Lecture

with Paul Mpagi Sepuya

Recorded on March 12, 2021

Paul Mpagi Sepuya, Darkroom Mirror (0X5A0752), 2019, 34 x 51 inches. Image courtesy of the artist, DOCUMENT, Chicago, and Vielmetter Los Angeles

Paul Mpagi Sepuya, Darkroom Mirror (0X5A0752), 2019, 34 x 51 inches. Image courtesy of the artist, DOCUMENT, Chicago, and Vielmetter Los Angeles

For the 2021 Medium Festival of Photography, Los Angeles-based artist Paul Mpagi Sepuya presented his photographic practice, ranging from foundational images to current projects. Sepuya’s work in photography weaves together histories and possibilities of portraiture, queer and homoerotic networks of production and collaboration, and the material and conceptual potential of blackness at the heart of the medium. Through his portraiture, Sepuya challenges the history of photography and deconstructs traditional portraiture by way of layering, fragmentation, mirror imagery, and the perspective of the black, queer gaze. His interests also include queer literary modernism, questions of artistic responsibility and care regarding representation and refusal.


 
Paul Mpagi Sepuya. Image courtesy of the artist.

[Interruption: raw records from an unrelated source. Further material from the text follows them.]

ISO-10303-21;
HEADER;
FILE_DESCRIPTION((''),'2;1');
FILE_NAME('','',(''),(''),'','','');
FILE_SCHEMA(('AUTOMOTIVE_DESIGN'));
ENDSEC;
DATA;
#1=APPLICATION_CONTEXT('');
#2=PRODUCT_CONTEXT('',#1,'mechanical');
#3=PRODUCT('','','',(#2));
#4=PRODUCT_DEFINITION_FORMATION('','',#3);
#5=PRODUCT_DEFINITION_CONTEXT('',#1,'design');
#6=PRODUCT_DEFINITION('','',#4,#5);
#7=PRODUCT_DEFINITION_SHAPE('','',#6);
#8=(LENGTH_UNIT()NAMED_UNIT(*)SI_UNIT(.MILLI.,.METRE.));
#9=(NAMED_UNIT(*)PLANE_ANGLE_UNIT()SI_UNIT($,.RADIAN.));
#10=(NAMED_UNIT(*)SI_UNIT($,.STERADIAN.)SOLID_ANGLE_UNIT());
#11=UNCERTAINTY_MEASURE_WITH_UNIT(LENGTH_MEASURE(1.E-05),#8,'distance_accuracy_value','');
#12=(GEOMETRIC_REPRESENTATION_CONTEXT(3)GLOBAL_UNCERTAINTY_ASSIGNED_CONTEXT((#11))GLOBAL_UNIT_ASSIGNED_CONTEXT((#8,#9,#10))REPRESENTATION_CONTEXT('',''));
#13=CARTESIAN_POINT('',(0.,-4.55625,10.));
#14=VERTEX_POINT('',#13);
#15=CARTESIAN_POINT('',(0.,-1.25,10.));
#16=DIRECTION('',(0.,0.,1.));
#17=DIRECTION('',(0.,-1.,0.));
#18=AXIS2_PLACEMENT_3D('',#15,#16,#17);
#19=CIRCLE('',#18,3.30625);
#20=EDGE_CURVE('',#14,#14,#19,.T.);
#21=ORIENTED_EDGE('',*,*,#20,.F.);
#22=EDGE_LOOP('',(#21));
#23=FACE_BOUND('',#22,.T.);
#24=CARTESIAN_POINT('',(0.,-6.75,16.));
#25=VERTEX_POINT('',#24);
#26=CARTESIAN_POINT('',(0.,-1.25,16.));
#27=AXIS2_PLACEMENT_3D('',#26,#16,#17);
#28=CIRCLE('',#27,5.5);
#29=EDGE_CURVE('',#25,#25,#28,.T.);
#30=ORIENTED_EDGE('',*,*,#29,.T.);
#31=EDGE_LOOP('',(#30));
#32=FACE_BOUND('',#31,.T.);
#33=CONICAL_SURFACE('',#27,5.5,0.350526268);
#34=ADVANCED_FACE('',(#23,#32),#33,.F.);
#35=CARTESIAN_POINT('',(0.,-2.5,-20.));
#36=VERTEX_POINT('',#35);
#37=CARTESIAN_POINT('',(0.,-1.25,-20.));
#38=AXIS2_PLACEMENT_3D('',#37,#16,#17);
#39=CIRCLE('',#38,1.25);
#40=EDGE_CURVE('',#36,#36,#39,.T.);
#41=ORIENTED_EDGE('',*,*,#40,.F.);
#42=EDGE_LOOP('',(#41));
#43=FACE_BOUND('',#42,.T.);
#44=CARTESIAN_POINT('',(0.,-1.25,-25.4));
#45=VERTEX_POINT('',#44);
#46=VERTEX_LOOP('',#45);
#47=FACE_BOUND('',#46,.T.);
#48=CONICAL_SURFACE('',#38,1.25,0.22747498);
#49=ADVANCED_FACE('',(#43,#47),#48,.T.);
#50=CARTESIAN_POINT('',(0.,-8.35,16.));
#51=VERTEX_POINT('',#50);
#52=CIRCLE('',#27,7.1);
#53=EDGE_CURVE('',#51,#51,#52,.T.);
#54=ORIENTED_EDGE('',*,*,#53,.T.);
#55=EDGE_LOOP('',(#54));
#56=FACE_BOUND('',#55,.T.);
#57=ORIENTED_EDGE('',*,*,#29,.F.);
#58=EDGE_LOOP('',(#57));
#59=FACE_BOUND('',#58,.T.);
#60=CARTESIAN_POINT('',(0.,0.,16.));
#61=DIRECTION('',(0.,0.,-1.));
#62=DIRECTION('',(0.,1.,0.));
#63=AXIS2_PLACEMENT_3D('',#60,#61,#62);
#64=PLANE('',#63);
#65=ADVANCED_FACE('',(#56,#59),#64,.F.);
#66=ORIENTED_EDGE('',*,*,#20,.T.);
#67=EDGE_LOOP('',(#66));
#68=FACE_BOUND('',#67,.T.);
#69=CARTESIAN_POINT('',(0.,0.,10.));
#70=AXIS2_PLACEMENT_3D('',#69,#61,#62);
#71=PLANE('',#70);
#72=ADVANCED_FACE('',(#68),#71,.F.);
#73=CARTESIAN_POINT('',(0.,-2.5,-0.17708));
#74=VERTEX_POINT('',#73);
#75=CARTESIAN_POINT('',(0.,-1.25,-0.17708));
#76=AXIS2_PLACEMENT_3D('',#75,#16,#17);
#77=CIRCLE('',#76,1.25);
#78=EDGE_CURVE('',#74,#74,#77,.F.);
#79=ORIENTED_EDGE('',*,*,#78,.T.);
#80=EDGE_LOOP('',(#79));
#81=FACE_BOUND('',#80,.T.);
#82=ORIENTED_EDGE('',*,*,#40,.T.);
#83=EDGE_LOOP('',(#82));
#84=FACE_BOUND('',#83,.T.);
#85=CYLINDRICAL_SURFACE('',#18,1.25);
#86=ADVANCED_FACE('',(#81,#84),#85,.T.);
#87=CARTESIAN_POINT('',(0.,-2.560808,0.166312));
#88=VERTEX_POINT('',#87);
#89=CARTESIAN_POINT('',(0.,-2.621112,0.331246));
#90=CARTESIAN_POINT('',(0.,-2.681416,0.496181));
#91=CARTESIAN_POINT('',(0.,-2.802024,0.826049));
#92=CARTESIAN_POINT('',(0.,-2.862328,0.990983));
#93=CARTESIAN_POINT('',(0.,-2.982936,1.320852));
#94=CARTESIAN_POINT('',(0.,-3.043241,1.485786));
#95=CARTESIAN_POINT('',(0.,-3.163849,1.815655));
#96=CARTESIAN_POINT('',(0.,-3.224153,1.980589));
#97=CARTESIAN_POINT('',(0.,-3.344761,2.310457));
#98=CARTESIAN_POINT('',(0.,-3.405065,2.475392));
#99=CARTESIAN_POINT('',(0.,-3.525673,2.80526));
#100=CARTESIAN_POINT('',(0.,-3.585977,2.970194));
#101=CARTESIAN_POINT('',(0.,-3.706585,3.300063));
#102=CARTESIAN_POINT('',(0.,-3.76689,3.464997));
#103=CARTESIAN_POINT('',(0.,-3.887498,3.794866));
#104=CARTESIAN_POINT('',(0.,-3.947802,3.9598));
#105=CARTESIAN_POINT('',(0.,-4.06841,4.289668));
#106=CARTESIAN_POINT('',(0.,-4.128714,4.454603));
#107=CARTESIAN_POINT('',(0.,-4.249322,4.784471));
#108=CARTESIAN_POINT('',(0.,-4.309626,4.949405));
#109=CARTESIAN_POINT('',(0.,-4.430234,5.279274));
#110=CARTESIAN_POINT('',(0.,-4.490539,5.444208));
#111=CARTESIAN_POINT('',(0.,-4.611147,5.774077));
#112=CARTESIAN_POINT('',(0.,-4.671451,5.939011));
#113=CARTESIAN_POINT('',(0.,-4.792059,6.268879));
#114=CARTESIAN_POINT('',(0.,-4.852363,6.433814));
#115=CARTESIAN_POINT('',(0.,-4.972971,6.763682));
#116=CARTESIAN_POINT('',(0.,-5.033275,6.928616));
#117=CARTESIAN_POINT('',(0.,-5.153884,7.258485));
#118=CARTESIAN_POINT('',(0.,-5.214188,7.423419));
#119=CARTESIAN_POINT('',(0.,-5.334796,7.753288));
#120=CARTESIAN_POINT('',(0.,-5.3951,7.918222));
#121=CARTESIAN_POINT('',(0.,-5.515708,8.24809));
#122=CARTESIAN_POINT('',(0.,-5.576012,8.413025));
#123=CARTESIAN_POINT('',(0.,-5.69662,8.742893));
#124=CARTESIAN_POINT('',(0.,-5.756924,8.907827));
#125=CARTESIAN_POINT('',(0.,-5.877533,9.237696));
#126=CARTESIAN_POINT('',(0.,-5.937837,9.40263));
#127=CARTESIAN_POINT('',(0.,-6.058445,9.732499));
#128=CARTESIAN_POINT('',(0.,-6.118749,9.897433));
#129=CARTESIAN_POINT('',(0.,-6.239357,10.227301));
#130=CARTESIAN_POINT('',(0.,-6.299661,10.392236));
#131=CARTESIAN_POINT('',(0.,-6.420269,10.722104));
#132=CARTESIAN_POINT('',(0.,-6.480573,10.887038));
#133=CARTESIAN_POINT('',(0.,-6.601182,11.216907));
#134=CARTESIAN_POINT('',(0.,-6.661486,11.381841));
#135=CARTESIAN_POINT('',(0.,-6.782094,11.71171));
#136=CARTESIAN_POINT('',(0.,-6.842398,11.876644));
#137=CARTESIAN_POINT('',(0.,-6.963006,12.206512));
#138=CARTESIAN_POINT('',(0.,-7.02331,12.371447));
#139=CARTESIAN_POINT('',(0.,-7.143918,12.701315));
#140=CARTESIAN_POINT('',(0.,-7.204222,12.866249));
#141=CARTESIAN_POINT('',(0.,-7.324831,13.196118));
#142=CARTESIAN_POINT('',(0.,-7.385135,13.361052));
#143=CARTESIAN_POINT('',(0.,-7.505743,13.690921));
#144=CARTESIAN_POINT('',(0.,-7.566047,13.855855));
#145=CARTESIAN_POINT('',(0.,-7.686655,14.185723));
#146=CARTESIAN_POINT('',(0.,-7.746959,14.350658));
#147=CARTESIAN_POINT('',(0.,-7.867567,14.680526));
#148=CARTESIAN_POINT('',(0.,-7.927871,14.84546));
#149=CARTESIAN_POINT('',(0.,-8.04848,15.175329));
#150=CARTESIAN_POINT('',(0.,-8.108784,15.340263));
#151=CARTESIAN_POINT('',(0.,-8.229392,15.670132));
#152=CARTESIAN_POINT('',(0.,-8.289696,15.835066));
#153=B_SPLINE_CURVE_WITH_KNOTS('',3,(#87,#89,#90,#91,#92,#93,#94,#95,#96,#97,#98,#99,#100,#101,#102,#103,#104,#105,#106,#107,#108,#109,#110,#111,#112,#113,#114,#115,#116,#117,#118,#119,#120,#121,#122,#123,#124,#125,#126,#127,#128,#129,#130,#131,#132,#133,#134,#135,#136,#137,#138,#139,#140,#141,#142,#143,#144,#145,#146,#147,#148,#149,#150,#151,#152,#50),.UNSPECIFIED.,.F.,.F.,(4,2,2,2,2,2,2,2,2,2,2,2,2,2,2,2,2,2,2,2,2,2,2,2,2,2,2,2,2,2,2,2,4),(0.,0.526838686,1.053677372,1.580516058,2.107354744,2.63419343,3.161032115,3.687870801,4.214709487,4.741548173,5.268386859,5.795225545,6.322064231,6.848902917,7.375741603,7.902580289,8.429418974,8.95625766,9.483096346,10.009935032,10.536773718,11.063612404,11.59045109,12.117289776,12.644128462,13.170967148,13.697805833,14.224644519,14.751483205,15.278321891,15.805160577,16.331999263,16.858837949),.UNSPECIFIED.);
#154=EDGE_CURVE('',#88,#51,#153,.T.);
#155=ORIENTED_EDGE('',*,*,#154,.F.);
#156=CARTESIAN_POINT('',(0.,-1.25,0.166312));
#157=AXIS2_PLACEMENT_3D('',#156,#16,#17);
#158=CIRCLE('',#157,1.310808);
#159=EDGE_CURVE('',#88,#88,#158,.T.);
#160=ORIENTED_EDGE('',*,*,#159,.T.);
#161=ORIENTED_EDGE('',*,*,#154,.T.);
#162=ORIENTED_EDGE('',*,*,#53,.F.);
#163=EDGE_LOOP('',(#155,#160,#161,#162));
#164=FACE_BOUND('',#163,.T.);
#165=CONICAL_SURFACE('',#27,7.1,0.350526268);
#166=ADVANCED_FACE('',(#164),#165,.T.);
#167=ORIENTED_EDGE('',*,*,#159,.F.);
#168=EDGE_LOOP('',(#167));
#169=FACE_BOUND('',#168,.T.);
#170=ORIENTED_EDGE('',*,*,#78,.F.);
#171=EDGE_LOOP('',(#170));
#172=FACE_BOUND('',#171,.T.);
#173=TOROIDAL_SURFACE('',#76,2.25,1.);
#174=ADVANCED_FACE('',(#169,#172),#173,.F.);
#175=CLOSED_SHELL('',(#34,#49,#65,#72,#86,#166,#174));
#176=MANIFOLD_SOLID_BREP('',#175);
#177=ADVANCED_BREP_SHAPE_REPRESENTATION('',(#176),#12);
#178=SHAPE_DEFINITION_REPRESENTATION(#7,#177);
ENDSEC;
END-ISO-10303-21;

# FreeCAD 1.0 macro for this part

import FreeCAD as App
import Part
import Sketcher


def edges_at(feature, points):
    """Names of the edges that pass closest to the given points."""
    edges = feature.Shape.Edges
    near = lambda p: min(range(len(edges)), key=lambda i: edges[i].distToShape(Part.Vertex(*p))[0])
    return sorted({f"Edge{near(p) + 1}" for p in points})


def add_polygon(sketch, points):
    """Adds a closed chain of lines whose ends are joined by coincident constraints."""
    first, n = sketch.GeometryCount, len(points)
    for a, b in zip(points, points[1:] + points[:1]):
        sketch.addGeometry(Part.LineSegment(App.Vector(*a, 0), App.Vector(*b, 0)), False)
    for i in range(n):
        sketch.addConstraint(Sketcher.Constraint("Coincident", first + i, 2, first + (i + 1) % n, 1))

doc = App.newDocument("Part")
body = doc.addObject("PartDesign::Body", "Body")

# Sketch on YZ plane
sketch1 = body.newObject("Sketcher::SketchObject", "Sketch")
sketch1.AttachmentSupport = (doc.getObject("YZ_Plane"), [""])
sketch1.MapMode = "FlatFace"
add_polygon(sketch1, [(2.1, 10), (-1.2, 10), (-1.2, -25.4), (0, -20), (0, 0), (5.8, 16), (4.2, 16)])  # lines 0-6
sketch1.addGeometry(Part.LineSegment(App.Vector(-1.2, 16, 0), App.Vector(-1.2, -25.4, 0)), True)  # axis
sketch1.addConstraint(Sketcher.Constraint("Horizontal", 0))
sketch1.addConstraint(Sketcher.Constraint("Vertical", 1))
sketch1.addConstraint(Sketcher.Constraint("Vertical", 3))
sketch1.addConstraint(Sketcher.Constraint("Horizontal", 5))
sketch1.addConstraint(Sketcher.Constraint("Vertical", 7))
sketch1.addConstraint(Sketcher.Constraint("Coincident", 3, 2, -1, 1))
sketch1.addConstraint(Sketcher.Constraint("Coincident", 7, 2, 1, 2))
sketch1.addConstraint(Sketcher.Constraint("Parallel", 4, 6))
sketch1.addConstraint(Sketcher.Constraint("Horizontal", 5, 2, 7, 1))
sketch1.addConstraint(Sketcher.Constraint("DistanceY", 3, 1, 3, 2, 20.0))
sketch1.addConstraint(Sketcher.Constraint("DistanceX", 5, 2, 5, 1, 1.6))
sketch1.addConstraint(Sketcher.Constraint("DistanceY", 1, 2, 1, 1, 35.4))
sketch1.addConstraint(Sketcher.Constraint("DistanceY", 7, 2, 7, 1, 41.4))
sketch1.addConstraint(Sketcher.Constraint("DistanceY", -1, 1, 0, 2, 10.0))
sketch1.addConstraint(Sketcher.Constraint("DistanceX", 0, 2, 4, 2, 7.1))
sketch1.addConstraint(Sketcher.Constraint("DistanceX", 0, 2, -1, 1, 1.25))
revolution = body.newObject("PartDesign::Revolution", "Revolution")
revolution.Profile = sketch1
revolution.ReferenceAxis = (sketch1, ["Axis0"])
revolution.Angle = 360
doc.recompute()

fillet = body.newObject("PartDesign::Fillet", "Fillet")
fillet.Base = (revolution, edges_at(revolution, [(0, 0, 0)]))
fillet.Radius = 1

doc.recompute()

Paul Mpagi Sepuya. Image courtesy of the artist.

Biography

Paul Mpagi Sepuya is a Los Angeles-based artist working in photography. His work is in the collections of the Baltimore Museum of Art, the J. Paul Getty and Guggenheim Museums, LACMA, MOCA Los Angeles, MoMA, The Studio Museum in Harlem, and the Whitney Museum, among others. His work has been reviewed in the New Yorker, the New York Times, Art in America, The Nation, and The Guardian, and was featured on the cover of ARTFORUM’s March 2019 issue. Recent museum exhibitions include those at the Guggenheim Museum, the Barbican Centre, the Getty Museum, and a project for the 2019 Whitney Biennial. A survey of work from 2008-2018 was presented at CAM St. Louis and the University of Houston Blaffer Art Museum, accompanied by a monograph published by CAM St. Louis and Aperture Foundation. He is Acting Associate Professor in Media Arts at the University of California, San Diego.